These Charts Should Send EUR/USD to 2016 Lows
The global economy is in a really difficult spot at the moment, after weakening for more than a year. Many traders and analysts are pointing to the trade war and tariffs as the reason for this prolonged period of weakness, but the retreat from the expansionary monetary policy of major central banks in the last few years, might as well be the main reason for the economic downturn in the last two years.
Central banks have been pumping up enormous amounts of cash into the financial markets and the global economy, keeping them on life support. Now that central banks have been closing the tap for this free cash, the global economy has shown great signs of weakness. Anyway, this is the basis for another long winter night story.
The fact is that global economy is heading into recession and the Eurozone economy is among the weakest right now, together with Britain. Manufacturing is the heavies affected sector and manufacturing reports coming out of Europe yesterday painted a really gloomy picture. Below are the charts for the main Eurozone economies, so you can have a look for yourself:
Italian manufacturing in recession
Spanish manufacturing in contraction
French manufacturing in contraction
German manufacturing in deep recession
EU manufacturing heading into recession
As you can see from the manufacturing PMI charts above, this sector is now contracting in all major Eurozone countries. The Italian economy fell into recession in H2 of last year, pulling manufacturing down with it, which has been in recession for 2 months now and in contraction for 8 months. In France, manufacturing has been holding up better, falling into contraction twice before and moving higher again. But in July it fell in contraction again as the PMI indicator came at 49.7 points.

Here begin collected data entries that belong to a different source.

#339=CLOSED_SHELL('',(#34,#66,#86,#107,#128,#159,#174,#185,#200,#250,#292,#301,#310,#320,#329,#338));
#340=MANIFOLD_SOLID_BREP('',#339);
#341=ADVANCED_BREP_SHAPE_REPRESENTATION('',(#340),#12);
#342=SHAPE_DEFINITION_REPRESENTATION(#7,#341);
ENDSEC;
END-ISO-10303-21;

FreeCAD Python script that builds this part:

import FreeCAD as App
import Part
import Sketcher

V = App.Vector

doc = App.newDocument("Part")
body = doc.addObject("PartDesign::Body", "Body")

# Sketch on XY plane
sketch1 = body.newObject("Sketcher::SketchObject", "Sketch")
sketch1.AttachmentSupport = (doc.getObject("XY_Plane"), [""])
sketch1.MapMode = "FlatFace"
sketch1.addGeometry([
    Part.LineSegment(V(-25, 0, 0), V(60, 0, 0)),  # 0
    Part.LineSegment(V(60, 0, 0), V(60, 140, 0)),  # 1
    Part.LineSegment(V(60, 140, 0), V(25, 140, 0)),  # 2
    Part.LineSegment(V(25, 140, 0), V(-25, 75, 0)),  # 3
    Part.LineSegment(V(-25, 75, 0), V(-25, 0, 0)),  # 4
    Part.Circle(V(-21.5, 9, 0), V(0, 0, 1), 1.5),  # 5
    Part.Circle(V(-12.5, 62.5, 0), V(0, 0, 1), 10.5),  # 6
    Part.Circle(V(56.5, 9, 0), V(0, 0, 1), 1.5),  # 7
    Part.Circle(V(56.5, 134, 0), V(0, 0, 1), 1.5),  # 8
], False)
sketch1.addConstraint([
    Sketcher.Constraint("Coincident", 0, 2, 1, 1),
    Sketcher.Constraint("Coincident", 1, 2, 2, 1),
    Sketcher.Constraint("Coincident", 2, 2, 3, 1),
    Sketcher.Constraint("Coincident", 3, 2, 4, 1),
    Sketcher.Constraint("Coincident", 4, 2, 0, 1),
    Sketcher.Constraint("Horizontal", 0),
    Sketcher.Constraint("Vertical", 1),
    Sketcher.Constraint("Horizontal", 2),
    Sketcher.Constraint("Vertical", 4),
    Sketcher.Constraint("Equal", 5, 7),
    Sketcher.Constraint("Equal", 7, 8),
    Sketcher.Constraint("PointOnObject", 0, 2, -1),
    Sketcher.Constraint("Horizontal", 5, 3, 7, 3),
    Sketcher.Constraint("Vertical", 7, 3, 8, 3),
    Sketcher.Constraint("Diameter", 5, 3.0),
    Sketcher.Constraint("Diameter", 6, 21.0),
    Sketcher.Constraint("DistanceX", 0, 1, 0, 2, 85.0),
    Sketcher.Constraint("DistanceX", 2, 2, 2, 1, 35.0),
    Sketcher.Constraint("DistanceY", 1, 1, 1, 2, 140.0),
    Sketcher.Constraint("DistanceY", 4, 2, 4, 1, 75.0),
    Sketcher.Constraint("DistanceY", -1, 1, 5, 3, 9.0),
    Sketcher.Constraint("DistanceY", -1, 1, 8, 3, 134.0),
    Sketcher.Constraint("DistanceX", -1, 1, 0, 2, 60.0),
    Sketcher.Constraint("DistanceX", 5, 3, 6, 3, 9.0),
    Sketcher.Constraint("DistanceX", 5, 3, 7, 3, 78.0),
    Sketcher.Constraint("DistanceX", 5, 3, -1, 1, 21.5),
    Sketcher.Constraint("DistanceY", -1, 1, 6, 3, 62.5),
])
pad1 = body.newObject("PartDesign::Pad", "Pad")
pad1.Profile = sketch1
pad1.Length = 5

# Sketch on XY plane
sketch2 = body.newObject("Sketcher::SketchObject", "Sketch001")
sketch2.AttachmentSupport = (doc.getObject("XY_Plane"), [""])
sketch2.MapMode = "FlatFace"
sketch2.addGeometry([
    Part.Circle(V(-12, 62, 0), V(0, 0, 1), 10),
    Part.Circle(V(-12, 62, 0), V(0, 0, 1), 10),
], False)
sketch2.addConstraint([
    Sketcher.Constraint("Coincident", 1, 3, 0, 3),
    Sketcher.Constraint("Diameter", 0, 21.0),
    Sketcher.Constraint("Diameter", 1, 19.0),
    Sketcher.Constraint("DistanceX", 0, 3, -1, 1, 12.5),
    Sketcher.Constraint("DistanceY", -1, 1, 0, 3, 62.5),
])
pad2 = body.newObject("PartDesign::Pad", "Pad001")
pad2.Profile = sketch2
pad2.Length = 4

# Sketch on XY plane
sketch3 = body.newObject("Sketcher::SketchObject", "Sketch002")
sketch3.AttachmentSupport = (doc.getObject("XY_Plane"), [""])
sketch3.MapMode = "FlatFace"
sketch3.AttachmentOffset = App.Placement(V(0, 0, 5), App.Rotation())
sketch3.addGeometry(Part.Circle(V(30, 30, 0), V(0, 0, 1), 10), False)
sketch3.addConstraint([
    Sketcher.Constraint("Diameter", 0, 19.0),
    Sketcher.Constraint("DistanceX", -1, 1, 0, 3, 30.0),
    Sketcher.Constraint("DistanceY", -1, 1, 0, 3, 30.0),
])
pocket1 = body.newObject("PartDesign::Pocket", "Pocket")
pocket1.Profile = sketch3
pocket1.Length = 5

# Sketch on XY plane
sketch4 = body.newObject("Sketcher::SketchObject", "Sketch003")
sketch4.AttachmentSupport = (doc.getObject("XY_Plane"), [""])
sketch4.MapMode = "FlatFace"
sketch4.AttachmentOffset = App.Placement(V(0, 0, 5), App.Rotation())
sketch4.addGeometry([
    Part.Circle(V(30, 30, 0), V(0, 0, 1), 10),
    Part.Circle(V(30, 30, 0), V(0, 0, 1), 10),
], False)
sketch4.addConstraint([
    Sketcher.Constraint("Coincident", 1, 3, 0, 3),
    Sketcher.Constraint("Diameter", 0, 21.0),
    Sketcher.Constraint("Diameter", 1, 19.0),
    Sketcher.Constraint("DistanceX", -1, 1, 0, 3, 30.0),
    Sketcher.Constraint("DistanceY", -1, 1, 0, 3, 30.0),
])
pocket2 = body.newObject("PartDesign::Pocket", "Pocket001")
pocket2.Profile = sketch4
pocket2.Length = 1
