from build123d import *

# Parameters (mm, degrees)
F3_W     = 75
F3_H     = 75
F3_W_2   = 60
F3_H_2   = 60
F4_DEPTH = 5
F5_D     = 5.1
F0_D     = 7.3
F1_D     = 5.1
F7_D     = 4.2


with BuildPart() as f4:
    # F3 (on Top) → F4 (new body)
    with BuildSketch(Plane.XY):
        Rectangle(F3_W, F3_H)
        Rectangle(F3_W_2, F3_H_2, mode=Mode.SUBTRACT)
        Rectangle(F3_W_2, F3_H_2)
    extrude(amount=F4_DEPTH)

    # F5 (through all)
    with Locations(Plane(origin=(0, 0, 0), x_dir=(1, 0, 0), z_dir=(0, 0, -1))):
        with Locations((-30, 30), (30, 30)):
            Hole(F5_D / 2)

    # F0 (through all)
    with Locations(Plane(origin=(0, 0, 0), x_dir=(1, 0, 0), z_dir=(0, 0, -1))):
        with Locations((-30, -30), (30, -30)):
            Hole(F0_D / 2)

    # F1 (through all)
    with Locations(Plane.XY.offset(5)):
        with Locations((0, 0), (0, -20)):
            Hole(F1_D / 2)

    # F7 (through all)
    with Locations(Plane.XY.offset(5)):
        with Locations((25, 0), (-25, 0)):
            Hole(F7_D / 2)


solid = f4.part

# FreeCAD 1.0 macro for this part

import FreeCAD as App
import Part
import Sketcher
from FreeCAD import Vector
Q = App.Units.Quantity


def add_polygon(sketch, points):
    """Adds a closed chain of lines whose ends are joined by coincident constraints."""
    first, n = sketch.GeometryCount, len(points)
    for a, b in zip(points, points[1:] + points[:1]):
        sketch.addGeometry(Part.LineSegment(App.Vector(*a, 0), App.Vector(*b, 0)), False)
    for i in range(n):
        sketch.addConstraint(Sketcher.Constraint("Coincident", first + i, 2, first + (i + 1) % n, 1))

doc = App.newDocument("Part")
body = doc.addObject("PartDesign::Body", "Body")

sketch1 = doc.addObject("Sketcher::SketchObject", "Sketch")
body.addObject(sketch1)
sketch1.AttachmentSupport = (doc.XY_Plane, [""])
sketch1.MapMode = "FlatFace"
add_polygon(sketch1, [(-37.5, 37.5), (-37.5, -37.5), (37.5, -37.5), (37.5, 37.5)])
sketch1.addConstraint(Sketcher.Constraint("Vertical", 0))
sketch1.addConstraint(Sketcher.Constraint("Horizontal", 1))
sketch1.addConstraint(Sketcher.Constraint("Vertical", 2))
sketch1.addConstraint(Sketcher.Constraint("Horizontal", 3))
sketch1.addConstraint(Sketcher.Constraint("Symmetric", 0, 2, 2, 2, -1, 1))
sketch1.addConstraint(Sketcher.Constraint("Equal", 3, 0))
sketch1.addConstraint(Sketcher.Constraint("DistanceX", 1, 1, 1, 2, Q("75 mm")))
pad1 = doc.addObject("PartDesign::Pad", "Pad")
body.addObject(pad1)
pad1.Profile = sketch1
pad1.Length = 5

sketch2 = doc.addObject("Sketcher::SketchObject", "Sketch001")
body.addObject(sketch2)
sketch2.AttachmentSupport = (doc.XY_Plane, [""])
sketch2.MapMode = "FlatFace"
sketch2.addGeometry(Part.Circle(Vector(-30, -30, 0), Vector(0, 0, 1), 2.55), False)
sketch2.addGeometry(Part.Circle(Vector(30, -30, 0), Vector(0, 0, 1), 2.55), False)
sketch2.addConstraint(Sketcher.Constraint("Equal", 0, 1))
sketch2.addConstraint(Sketcher.Constraint("Symmetric", 0, 3, 1, 3, -2))
sketch2.addConstraint(Sketcher.Constraint("Diameter", 0, Q("5.1 mm")))
sketch2.addConstraint(Sketcher.Constraint("DistanceX", 0, 3, -1, 1, Q("30 mm")))
sketch2.addConstraint(Sketcher.Constraint("DistanceY", 0, 3, -1, 1, Q("30 mm")))
doc.recompute()
hole = doc.addObject("PartDesign::Hole", "Hole")
body.addObject(hole)
hole.Profile = sketch2
hole.ThreadType = "None"
hole.Diameter = 5.1
hole.DepthType = "ThroughAll"
hole.Reversed = True

sketch3 = doc.addObject("Sketcher::SketchObject", "Sketch002")
body.addObject(sketch3)
sketch3.AttachmentSupport = (doc.XY_Plane, [""])
sketch3.MapMode = "FlatFace"
sketch3.addGeometry(Part.Circle(Vector(-30, 30, 0), Vector(0, 0, 1), 3.65), False)
sketch3.addGeometry(Part.Circle(Vector(30, 30, 0), Vector(0, 0, 1), 3.65), False)
sketch3.addConstraint(Sketcher.Constraint("Equal", 0, 1))
sketch3.addConstraint(Sketcher.Constraint("Symmetric", 0, 3, 1, 3, -2))
sketch3.addConstraint(Sketcher.Constraint("Diameter", 0, Q("7.3 mm")))
sketch3.addConstraint(Sketcher.Constraint("DistanceX", 0, 3, -1, 1, Q("30 mm")))
sketch3.addConstraint(Sketcher.Constraint("DistanceY", -1, 1, 0, 3, Q("30 mm")))
doc.recompute()
hole2 = doc.addObject("PartDesign::Hole", "Hole001")
body.addObject(hole2)
hole2.Profile = sketch3
hole2.ThreadType = "None"
hole2.Diameter = 7.3
hole2.DepthType = "ThroughAll"
hole2.Reversed = True

sketch4 = doc.addObject("Sketcher::SketchObject", "Sketch003")
body.addObject(sketch4)
sketch4.AttachmentSupport = (doc.XY_Plane, [""])
sketch4.MapMode = "FlatFace"
sketch4.AttachmentOffset = App.Placement(Vector(0, 0, 5), App.Rotation())
sketch4.addGeometry(Part.Circle(Vector(0, 0, 0), Vector(0, 0, 1), 2.55), False)
sketch4.addGeometry(Part.Circle(Vector(0, -20, 0), Vector(0, 0, 1), 2.55), False)
sketch4.addConstraint(Sketcher.Constraint("Coincident", 0, 3, -1, 1))
sketch4.addConstraint(Sketcher.Constraint("Equal", 0, 1))
sketch4.addConstraint(Sketcher.Constraint("PointOnObject", 1, 3, -2))
sketch4.addConstraint(Sketcher.Constraint("Diameter", 0, Q("5.1 mm")))
sketch4.addConstraint(Sketcher.Constraint("DistanceY", 1, 3, -1, 1, Q("20 mm")))
doc.recompute()
hole3 = doc.addObject("PartDesign::Hole", "Hole002")
body.addObject(hole3)
hole3.Profile = sketch4
hole3.ThreadType = "None"
hole3.Diameter = 5.1
hole3.DepthType = "ThroughAll"

sketch5 = doc.addObject("Sketcher::SketchObject", "Sketch004")
body.addObject(sketch5)
sketch5.AttachmentSupport = (doc.XY_Plane, [""])
sketch5.MapMode = "FlatFace"
sketch5.AttachmentOffset = App.Placement(Vector(0, 0, 5), App.Rotation())
sketch5.addGeometry(Part.Circle(Vector(25, 0, 0), Vector(0, 0, 1), 2.1), False)
sketch5.addGeometry(Part.Circle(Vector(-25, 0, 0), Vector(0, 0, 1), 2.1), False)
sketch5.addConstraint(Sketcher.Constraint("Equal", 0, 1))
sketch5.addConstraint(Sketcher.Constraint("Symmetric", 0, 3, 1, 3, -1, 1))
sketch5.addConstraint(Sketcher.Constraint("PointOnObject", 0, 3, -1))
sketch5.addConstraint(Sketcher.Constraint("Diameter", 0, Q("4.2 mm")))
sketch5.addConstraint(Sketcher.Constraint("DistanceX", -1, 1, 0, 3, Q("25 mm")))
doc.recompute()
hole4 = doc.addObject("PartDesign::Hole", "Hole003")
body.addObject(hole4)
hole4.Profile = sketch5
hole4.ThreadType = "None"
hole4.Diameter = 4.2
hole4.DepthType = "ThroughAll"

doc.recompute()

Manufacturing was holding up well in Spain as well, but that lasted until June when the PMI indicator came in at 47.9 points. It improved a bit in July but it still remains in contraction. Then you see the German and Eurozone manufacturing charts and you get totally depressed. This, together with the industrial sector are the most important sectors by far in Germany and they are in a really deep stagnation, which will soon turn into recession. The Eurozone manufacturing chart also looks terrible, so everything is pointing down.
Then we change into the inflation charts and see that the picture is not any better here either. Headline CPI (consumer price index) inflation fell to 1.1% in July while core CPI fell below 1.0%, coming at 0.9% as last week’s report showed.
Inflation declined to 1.1% in the Eurozone in July
Core CPI fell below 1.0% again last month
Inflation is pretty weak and the worst thing is that the chart show that the trend for the headline CPI is bearish. Core CPI fell below 1.0% again which is the minimum target by the European Central Bank (ECB). The ECB sounded really dovish last week, although they didn’t set a date for another stimulus package which in my opinion, is coming soon, especially after the weak inflation and manufacturing data from the Eurozone this week.
The support at 1.11 has been broken now
EUR/USD broke below the long term support level at 1.11 on Wednesday after a not-so-dovish FED, but I assume we will see 1.10 go soon and this pair will head for 2016 lows at 1.03. We have a long-term bearish bias for this pair, so we will try to get n on the short side during pullbacks higher.
so why is EUR/USD not one of your signals?
Because trends don’t go down in a straight line, there are pullbacks higher and further pushes to the downside. We are waiting for the pullback higher to be complete before going short.